Drapieżnik w ludzkiej postaci. Co robi? Wybiera i poluje. Metodycznie i z premedytacją osacza swoją nieświadomą niczego ofiarę. Dlaczego to robi? Bo może i tego pragnie…
Iga to młoda dziewczyna, której w ciągu kilku dni świat stanął na głowie. Macocha ginie w wypadku samochodowym, ojciec spada ze schodów i w śpiączce leży w szpitalu, nastoletni brat sprawia same kłopoty, a najbliższa przyjaciółka ze studiów została zgwałcona przez nieznanego sprawcę. Iga czuje się samotna i zdezorientowana. Poznaje nauczyciela brata – Szczepana i nie wiedząc, że mężczyzna nią manipuluje, uzależnia się od niego i jego wsparcia. Tłumaczy to sobie początkowo tym, że nauczyciel ma dobry wpływ na jej dorastającego brata. Jednak Szczepan z każdą godziną przejmuje coraz większą kontrolę nad jej życiem. Niespodziewanie na jaw wychodzą kolejne tajemnice rodzinne, a dziewczyna z dnia na dzień czuje się osaczona i coraz mniej bezpieczna. Tymczasem po Wrocławiu zaczyna krążyć gwałciciel, który najpierw doprowadza ofiarę na skraj świadomości.
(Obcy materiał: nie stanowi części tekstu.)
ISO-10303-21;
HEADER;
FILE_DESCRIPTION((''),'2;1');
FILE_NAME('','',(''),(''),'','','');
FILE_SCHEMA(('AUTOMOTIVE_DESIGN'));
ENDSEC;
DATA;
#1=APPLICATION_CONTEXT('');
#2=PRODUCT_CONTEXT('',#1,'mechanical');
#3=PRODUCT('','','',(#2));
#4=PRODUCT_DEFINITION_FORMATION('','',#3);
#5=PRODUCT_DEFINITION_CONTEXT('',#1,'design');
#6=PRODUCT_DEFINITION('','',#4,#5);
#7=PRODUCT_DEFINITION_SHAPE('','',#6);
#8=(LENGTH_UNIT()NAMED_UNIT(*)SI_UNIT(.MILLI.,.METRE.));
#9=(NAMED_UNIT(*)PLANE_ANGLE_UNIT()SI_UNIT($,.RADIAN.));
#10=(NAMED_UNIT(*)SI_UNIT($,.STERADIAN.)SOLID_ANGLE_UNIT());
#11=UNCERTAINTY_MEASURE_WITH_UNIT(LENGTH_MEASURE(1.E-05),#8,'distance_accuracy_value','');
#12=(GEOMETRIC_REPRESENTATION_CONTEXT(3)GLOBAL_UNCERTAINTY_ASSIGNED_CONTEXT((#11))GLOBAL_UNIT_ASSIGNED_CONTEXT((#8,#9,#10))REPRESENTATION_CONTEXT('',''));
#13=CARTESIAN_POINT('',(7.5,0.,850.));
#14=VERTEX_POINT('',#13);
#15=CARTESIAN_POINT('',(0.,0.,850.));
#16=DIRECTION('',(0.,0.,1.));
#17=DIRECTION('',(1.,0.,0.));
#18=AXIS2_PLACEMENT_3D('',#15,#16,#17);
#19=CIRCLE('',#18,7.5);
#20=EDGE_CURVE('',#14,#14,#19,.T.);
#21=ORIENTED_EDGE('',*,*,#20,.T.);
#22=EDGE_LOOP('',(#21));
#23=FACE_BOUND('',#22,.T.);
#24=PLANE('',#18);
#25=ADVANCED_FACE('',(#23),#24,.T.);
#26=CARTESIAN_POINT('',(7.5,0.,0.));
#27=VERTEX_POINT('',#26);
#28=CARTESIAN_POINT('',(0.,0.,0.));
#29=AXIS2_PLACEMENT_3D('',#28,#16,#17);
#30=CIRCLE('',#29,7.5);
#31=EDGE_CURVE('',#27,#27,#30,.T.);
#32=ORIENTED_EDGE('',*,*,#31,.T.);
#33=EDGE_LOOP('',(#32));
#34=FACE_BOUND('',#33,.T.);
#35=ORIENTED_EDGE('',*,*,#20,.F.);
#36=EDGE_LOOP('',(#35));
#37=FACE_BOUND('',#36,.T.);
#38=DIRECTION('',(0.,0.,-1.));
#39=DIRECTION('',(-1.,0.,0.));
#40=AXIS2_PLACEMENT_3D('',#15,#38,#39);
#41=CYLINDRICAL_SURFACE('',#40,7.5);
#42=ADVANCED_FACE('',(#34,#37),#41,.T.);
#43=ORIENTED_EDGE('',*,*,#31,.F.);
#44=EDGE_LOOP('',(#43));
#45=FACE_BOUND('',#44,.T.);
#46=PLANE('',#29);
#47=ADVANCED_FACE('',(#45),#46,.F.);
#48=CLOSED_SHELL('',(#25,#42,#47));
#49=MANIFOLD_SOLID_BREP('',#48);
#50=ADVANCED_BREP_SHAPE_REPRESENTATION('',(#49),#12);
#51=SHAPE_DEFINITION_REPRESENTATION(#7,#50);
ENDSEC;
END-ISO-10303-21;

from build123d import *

# Parameters (mm, degrees)
ESQUISSE1_R        = 7.5
BOSS_EXTRU_1_DEPTH = 850


with BuildPart() as part:
    # Esquisse1 → Boss.-Extru.1 (new body)
    with BuildSketch(Plane.XY):
        Circle(ESQUISSE1_R)
    extrude(amount=BOSS_EXTRU_1_DEPTH)


solid = part.part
Policja jest bezradna.
Czy te historie się łączą? Kto tak naprawdę stwarza zagrożenie i dlaczego?
„Lubię widzieć zdezorientowanie ludzi, którzy nagle czują się osaczeni, stają się niepewni. To tak, jakby głaskali spokojnego psa, a ten nagle obnażył kły. Po czym znowu zaczął się łasić. Człowiek wówczas nie jest pewien, czy to było naprawdę, czy tylko mu się wydawało”.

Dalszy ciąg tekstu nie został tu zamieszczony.